**SUPPLIED MATERIAL**
··········

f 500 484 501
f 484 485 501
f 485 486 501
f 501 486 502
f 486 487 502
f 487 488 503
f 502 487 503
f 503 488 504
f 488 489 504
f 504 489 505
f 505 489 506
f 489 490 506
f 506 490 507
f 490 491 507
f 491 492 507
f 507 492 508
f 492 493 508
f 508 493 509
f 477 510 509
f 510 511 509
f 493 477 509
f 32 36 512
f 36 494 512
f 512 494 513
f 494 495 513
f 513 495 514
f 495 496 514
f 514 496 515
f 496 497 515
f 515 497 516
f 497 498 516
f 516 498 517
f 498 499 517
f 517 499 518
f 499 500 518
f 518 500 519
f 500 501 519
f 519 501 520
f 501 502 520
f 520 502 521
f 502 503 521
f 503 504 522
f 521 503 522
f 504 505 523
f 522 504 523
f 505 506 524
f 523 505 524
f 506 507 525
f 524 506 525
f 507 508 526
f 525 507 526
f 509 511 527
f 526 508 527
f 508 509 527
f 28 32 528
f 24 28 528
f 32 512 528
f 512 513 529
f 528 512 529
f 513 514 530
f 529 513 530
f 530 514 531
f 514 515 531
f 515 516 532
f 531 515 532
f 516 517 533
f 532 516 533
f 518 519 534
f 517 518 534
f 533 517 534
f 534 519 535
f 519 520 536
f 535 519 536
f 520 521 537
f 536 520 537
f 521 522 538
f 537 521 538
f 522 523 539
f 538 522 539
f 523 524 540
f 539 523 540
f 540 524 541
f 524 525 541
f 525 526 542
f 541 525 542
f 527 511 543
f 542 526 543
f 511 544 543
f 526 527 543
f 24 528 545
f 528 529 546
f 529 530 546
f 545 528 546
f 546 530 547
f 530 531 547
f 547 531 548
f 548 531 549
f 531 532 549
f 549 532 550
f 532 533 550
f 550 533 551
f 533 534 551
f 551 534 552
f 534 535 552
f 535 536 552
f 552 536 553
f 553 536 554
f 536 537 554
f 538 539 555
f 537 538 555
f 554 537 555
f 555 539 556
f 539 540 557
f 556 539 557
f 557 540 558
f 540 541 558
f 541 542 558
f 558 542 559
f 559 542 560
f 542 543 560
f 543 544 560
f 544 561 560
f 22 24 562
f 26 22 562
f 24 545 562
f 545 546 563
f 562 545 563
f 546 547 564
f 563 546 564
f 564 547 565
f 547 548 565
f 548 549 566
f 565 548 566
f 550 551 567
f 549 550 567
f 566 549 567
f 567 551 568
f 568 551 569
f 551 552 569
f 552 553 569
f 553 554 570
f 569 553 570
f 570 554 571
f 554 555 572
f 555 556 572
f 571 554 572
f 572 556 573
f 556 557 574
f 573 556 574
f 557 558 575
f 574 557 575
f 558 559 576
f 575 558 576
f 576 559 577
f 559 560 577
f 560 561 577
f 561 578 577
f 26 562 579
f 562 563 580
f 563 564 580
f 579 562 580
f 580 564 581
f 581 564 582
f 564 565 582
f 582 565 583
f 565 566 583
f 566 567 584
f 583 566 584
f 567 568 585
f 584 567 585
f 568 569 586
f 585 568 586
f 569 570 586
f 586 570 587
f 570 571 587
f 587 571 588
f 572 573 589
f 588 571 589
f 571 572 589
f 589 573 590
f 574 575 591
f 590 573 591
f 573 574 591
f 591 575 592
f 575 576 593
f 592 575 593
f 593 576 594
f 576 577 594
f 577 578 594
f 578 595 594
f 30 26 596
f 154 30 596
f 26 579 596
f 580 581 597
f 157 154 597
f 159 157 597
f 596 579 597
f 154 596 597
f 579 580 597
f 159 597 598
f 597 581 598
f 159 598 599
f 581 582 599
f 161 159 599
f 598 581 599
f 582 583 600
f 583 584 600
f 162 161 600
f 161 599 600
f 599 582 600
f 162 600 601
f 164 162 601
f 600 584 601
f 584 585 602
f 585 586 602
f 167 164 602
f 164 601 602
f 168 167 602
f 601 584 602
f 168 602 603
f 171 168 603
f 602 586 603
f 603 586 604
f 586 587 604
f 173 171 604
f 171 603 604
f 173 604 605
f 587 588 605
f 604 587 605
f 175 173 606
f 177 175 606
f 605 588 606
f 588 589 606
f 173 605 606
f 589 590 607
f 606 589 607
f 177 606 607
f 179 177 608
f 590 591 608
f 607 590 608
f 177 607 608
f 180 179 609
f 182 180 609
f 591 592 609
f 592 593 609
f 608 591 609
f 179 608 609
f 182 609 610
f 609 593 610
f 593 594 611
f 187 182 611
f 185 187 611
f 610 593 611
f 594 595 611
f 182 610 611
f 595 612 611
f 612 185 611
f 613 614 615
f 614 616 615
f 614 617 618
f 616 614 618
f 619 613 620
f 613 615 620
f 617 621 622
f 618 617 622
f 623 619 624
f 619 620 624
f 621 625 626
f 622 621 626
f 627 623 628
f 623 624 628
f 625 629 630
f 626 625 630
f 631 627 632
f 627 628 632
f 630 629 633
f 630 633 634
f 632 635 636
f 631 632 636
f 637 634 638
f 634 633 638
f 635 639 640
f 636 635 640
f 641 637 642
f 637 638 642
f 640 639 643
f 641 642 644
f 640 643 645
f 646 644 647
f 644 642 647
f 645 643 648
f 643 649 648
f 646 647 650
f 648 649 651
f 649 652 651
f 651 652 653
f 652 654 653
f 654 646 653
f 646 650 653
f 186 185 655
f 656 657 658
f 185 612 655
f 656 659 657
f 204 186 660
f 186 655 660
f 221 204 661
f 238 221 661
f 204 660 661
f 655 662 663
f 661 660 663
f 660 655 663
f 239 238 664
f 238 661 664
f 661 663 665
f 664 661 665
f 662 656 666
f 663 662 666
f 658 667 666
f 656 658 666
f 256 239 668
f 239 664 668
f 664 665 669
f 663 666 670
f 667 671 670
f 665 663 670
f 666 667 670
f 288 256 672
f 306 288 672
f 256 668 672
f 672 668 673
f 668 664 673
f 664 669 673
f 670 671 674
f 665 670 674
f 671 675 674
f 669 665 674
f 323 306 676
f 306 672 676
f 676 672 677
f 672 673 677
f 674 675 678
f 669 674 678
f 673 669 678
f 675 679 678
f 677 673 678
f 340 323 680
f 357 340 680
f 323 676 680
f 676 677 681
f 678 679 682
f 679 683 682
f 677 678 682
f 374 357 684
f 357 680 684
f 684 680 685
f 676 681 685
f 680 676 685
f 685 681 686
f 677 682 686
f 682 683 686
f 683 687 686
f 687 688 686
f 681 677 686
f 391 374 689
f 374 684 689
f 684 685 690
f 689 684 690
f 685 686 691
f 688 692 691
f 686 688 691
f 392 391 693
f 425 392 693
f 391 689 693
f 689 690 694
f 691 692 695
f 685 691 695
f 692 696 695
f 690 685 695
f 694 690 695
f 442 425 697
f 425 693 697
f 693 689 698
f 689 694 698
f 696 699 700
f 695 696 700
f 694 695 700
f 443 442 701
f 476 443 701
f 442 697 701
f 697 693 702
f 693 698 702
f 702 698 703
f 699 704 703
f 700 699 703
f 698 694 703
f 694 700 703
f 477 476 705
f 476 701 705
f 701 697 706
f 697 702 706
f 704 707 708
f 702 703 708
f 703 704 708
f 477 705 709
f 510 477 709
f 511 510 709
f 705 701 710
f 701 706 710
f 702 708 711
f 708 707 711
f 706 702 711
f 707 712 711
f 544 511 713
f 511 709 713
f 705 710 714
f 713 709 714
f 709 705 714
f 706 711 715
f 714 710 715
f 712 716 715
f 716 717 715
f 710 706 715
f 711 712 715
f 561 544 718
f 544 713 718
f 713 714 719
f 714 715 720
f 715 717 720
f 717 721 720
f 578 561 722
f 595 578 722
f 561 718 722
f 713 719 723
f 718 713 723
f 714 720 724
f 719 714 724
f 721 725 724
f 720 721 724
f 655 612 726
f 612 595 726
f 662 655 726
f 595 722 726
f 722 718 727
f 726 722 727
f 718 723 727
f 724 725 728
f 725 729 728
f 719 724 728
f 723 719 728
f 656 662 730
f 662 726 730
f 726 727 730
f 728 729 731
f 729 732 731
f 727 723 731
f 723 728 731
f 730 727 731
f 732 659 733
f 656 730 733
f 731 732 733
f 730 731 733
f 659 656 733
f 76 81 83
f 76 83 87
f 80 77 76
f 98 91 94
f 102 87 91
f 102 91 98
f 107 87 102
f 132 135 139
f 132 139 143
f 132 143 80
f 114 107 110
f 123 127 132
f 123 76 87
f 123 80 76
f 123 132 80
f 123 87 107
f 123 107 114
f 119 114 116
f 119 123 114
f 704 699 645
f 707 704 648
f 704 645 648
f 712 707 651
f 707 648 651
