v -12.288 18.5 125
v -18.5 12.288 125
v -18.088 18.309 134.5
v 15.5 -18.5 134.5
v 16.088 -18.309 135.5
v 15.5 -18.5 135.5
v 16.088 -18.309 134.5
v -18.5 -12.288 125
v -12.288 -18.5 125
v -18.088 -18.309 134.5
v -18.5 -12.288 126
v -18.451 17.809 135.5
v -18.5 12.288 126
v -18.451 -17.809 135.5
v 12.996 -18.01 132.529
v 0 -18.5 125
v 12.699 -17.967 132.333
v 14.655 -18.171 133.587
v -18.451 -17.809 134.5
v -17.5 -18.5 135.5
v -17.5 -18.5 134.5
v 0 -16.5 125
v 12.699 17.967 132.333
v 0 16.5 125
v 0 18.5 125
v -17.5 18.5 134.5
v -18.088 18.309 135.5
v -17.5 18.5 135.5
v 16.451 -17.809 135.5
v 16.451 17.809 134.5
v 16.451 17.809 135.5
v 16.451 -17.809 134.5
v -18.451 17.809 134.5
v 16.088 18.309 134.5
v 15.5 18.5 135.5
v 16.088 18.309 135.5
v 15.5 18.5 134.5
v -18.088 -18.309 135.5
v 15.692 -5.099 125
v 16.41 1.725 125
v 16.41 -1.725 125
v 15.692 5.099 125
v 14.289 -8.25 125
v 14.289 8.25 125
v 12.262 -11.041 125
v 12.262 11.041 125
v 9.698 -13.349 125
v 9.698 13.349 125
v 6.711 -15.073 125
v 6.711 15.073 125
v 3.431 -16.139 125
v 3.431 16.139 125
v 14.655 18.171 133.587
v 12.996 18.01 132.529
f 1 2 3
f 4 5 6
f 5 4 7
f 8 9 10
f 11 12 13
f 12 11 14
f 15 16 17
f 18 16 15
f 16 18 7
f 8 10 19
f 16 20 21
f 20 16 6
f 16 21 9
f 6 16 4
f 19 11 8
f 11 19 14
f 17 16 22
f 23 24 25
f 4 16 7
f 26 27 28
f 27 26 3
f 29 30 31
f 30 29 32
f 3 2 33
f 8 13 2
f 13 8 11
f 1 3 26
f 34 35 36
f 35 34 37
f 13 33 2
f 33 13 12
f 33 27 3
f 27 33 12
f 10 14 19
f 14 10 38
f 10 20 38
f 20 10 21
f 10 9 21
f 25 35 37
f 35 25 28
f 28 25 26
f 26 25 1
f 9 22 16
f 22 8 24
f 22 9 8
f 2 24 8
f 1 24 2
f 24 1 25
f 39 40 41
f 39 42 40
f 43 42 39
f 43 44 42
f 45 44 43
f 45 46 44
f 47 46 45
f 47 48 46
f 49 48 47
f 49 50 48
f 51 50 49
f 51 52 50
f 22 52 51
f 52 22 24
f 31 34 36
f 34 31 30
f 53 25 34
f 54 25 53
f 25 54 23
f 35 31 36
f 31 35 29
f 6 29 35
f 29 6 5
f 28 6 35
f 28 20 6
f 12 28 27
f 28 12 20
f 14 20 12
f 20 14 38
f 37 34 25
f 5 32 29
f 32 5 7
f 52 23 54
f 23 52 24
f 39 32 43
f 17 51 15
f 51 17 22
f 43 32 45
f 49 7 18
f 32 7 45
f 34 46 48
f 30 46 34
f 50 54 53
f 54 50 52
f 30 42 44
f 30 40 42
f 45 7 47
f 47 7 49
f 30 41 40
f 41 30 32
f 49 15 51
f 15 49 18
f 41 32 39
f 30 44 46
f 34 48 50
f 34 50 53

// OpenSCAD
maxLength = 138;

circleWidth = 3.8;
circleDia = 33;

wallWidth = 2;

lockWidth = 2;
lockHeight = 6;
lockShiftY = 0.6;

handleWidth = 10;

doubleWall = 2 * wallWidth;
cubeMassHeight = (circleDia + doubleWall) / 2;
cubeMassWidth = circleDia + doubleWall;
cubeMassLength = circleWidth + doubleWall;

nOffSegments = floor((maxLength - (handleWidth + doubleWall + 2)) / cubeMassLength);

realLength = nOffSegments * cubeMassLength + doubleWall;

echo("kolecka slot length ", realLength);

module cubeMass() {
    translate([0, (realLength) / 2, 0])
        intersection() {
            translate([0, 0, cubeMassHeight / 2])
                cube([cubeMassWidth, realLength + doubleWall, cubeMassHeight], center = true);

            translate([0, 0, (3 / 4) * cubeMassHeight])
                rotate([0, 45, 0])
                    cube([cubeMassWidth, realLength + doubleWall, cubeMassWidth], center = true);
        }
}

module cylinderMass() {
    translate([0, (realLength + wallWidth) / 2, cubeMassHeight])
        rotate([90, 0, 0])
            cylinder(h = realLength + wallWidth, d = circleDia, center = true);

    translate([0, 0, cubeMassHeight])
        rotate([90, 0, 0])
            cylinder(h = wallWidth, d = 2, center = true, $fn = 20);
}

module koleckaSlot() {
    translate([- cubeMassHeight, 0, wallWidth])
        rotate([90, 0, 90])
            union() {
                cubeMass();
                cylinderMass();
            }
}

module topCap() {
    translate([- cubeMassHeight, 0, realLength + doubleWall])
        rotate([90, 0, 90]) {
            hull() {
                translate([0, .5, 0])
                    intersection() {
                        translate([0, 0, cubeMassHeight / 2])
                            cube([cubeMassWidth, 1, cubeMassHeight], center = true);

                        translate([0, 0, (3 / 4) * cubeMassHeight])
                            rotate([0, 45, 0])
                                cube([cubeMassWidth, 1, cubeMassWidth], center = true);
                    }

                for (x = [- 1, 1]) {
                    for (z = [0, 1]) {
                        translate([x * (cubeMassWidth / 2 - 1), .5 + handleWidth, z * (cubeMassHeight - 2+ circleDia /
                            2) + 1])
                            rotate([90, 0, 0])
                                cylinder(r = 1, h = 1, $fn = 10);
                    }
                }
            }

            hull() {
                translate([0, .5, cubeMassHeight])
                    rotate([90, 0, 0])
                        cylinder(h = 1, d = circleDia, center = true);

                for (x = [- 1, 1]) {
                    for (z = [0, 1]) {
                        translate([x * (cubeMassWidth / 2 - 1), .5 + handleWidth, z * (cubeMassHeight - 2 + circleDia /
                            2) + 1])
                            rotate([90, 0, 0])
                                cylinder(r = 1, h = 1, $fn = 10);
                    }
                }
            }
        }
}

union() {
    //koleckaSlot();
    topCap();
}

··········

**PROBLEM**
Give back precisely the lines above that start at the line containing "f 564 565 582" and end at the line containing "f 583 584 600", inclusive. No other lines belong in the output.

**FINISHED TASK**
f 564 565 582
f 582 565 583
f 565 566 583
f 566 567 584
f 583 566 584
f 567 568 585
f 584 567 585
f 568 569 586
f 585 568 586
f 569 570 586
f 586 570 587
f 570 571 587
f 587 571 588
f 572 573 589
f 588 571 589
f 571 572 589
f 589 573 590
f 574 575 591
f 590 573 591
f 573 574 591
f 591 575 592
f 575 576 593
f 592 575 593
f 593 576 594
f 576 577 594
f 577 578 594
f 578 595 594
f 30 26 596
f 154 30 596
f 26 579 596
f 580 581 597
f 157 154 597
f 159 157 597
f 596 579 597
f 154 596 597
f 579 580 597
f 159 597 598
f 597 581 598
f 159 598 599
f 581 582 599
f 161 159 599
f 598 581 599
f 582 583 600
f 583 584 600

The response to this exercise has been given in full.